彼らの目の前に広がっていたのは、想像を絶する光景だった。
ゴミ一つない石畳の道路。
ガラス張りの美しい商店が並び、ショーウィンドウには色とりどりの商品が飾られている。
道行く人々は皆、清潔な服を着て、笑顔で歩いている。
スラム街のような陰鬱さは微塵もない。

「おい、見ろよあれ。噴水から湯気が出てるぞ……」

街の中央広場。
巨大な噴水からは、温かい温泉水が溢れ出し、子供たちが足湯を楽しんでいた。
そして、その広場の中心には、一人の青年の銅像(住民が勝手に作った)が立っていた。

「……アレン?」

カイルはその銅像を見上げた。
そこに刻まれた顔は、間違いなく彼が知る荷物持ちのアレンだった。
だが、その表情は自信に満ち、王者の風格を漂わせていた。
台座にはこう刻まれている。

『建国の父にして、慈悲深き絶対君主、アレン王』

「嘘だ……嘘だろ……」

カイルは後ずさった。
あいつが王?
あの雑用係が?
俺たちが捨てた、無能な寄生虫が?

「あり得ないッ! こんなの何かの間違いだ!」

カイルは叫びそうになるのを必死に堪えた。
周囲の視線が痛い。
住民たちの目は、カイルたちのような薄汚い格好の旅行者を、蔑むのではなく、「可哀想に、ここに来れば幸せになれるよ」という慈愛の目で見ている。
それが余計にカイルのプライドを逆撫でした。

「行くぞ。
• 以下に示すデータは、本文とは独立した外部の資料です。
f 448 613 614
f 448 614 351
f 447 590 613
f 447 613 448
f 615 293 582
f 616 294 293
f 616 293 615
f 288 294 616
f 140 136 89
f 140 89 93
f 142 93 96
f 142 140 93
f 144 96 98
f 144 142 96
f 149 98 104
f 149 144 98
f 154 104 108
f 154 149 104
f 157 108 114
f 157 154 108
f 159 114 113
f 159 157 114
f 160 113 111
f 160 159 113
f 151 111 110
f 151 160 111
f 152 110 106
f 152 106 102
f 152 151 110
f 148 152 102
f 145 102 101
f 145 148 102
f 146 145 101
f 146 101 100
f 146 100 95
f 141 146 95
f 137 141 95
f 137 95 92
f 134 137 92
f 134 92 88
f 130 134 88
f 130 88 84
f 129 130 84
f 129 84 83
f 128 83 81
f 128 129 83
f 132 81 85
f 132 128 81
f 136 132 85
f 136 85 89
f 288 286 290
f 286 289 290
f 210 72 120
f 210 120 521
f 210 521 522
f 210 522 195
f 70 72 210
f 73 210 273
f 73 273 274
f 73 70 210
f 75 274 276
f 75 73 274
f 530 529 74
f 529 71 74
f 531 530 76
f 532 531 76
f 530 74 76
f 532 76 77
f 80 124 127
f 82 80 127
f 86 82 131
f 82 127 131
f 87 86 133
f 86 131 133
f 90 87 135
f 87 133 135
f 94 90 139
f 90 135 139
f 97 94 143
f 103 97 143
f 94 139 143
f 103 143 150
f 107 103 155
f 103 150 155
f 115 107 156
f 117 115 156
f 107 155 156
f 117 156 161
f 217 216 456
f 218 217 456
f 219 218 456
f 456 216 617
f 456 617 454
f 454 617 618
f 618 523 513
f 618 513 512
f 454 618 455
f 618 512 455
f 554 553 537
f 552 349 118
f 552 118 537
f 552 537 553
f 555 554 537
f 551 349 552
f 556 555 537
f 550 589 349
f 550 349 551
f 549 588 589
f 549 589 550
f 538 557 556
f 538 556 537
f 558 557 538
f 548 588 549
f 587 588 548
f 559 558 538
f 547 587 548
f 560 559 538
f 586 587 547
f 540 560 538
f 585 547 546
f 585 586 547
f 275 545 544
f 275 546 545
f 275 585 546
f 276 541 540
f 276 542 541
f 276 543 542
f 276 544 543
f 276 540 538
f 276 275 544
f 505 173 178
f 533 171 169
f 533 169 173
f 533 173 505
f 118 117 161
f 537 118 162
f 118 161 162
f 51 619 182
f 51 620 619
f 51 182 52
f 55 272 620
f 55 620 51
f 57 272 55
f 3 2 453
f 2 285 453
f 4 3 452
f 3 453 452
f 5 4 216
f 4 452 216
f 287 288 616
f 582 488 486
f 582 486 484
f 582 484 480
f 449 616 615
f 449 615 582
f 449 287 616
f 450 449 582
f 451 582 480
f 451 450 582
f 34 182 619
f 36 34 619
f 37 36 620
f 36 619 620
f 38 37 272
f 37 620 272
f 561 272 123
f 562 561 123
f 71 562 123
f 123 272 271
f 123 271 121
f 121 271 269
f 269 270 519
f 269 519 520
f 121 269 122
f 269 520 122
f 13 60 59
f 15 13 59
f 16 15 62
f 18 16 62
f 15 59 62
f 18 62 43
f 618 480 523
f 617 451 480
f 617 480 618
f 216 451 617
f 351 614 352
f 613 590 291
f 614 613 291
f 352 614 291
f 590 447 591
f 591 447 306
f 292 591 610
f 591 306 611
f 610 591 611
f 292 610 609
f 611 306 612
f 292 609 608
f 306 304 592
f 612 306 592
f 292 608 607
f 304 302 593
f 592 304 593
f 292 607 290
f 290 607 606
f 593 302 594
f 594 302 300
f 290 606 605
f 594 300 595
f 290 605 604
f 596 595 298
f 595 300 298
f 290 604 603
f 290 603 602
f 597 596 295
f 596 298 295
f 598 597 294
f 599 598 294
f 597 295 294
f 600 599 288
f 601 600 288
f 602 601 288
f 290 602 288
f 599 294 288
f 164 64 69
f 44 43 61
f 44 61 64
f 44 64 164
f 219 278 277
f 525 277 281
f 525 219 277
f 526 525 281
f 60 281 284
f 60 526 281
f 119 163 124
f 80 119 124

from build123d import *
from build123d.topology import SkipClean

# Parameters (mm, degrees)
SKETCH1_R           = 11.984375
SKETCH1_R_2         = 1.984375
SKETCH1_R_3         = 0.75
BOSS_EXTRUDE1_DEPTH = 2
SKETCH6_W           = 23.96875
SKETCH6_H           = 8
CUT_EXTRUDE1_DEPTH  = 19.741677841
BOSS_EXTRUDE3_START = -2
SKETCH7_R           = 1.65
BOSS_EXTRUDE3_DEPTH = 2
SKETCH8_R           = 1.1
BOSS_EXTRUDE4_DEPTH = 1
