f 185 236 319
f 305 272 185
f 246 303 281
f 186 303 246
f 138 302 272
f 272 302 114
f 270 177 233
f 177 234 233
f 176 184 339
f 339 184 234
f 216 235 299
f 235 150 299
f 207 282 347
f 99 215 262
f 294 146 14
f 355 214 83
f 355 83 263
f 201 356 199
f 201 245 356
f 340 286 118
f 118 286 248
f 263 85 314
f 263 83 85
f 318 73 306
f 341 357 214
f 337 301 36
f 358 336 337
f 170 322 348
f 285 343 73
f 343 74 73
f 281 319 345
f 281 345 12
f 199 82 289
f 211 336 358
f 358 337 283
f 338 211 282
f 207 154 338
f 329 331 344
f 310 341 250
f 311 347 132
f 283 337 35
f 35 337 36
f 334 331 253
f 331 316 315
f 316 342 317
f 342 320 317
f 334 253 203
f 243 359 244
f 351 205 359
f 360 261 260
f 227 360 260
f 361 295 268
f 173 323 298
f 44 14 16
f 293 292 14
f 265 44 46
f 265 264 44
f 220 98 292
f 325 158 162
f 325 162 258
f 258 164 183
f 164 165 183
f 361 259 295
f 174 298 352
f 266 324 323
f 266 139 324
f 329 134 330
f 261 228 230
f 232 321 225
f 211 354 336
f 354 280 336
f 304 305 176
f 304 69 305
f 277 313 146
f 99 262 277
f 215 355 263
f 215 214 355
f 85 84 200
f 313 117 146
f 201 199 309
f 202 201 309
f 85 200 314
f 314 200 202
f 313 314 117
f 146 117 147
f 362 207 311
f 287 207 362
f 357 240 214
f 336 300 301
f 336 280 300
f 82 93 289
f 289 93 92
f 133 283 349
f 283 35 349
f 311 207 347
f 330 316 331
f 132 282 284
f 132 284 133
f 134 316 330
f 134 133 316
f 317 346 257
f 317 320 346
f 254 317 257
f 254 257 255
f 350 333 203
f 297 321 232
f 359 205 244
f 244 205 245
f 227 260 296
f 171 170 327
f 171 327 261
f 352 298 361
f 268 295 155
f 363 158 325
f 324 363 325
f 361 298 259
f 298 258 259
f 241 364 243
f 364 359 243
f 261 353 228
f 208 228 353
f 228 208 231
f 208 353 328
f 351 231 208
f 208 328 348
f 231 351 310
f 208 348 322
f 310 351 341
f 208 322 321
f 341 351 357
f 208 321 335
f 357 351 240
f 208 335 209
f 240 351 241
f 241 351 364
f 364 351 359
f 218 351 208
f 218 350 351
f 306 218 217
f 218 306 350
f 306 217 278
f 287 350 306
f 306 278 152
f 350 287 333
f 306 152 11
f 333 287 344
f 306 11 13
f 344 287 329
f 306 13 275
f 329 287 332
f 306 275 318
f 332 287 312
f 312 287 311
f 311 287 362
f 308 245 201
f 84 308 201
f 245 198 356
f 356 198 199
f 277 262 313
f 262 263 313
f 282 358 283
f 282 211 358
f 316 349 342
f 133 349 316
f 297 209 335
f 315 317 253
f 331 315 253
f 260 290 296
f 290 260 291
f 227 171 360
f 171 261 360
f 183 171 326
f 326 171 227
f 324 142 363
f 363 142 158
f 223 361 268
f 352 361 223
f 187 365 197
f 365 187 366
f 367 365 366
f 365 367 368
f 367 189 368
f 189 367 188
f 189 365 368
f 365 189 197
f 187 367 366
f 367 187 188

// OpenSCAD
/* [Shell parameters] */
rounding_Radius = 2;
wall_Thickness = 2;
城へ向かう」

カイルは早足で歩き出した。
この街の光景は、彼らにとって毒でしかなかった。
一刻も早く、この「茶番」の裏側を暴かなければ、自分が狂ってしまう。

彼らは丘の上に聳え立つ白亜の城塞を目指した。
そこには、彼らが失った全ての富と栄光を独り占めにした男が待っている。

「アレン……首を洗って待ってろよ」

カイルの目から、理性の光が消えかけていた。
借金と汚泥にまみれた元勇者の、最後の賭けが始まろうとしていた。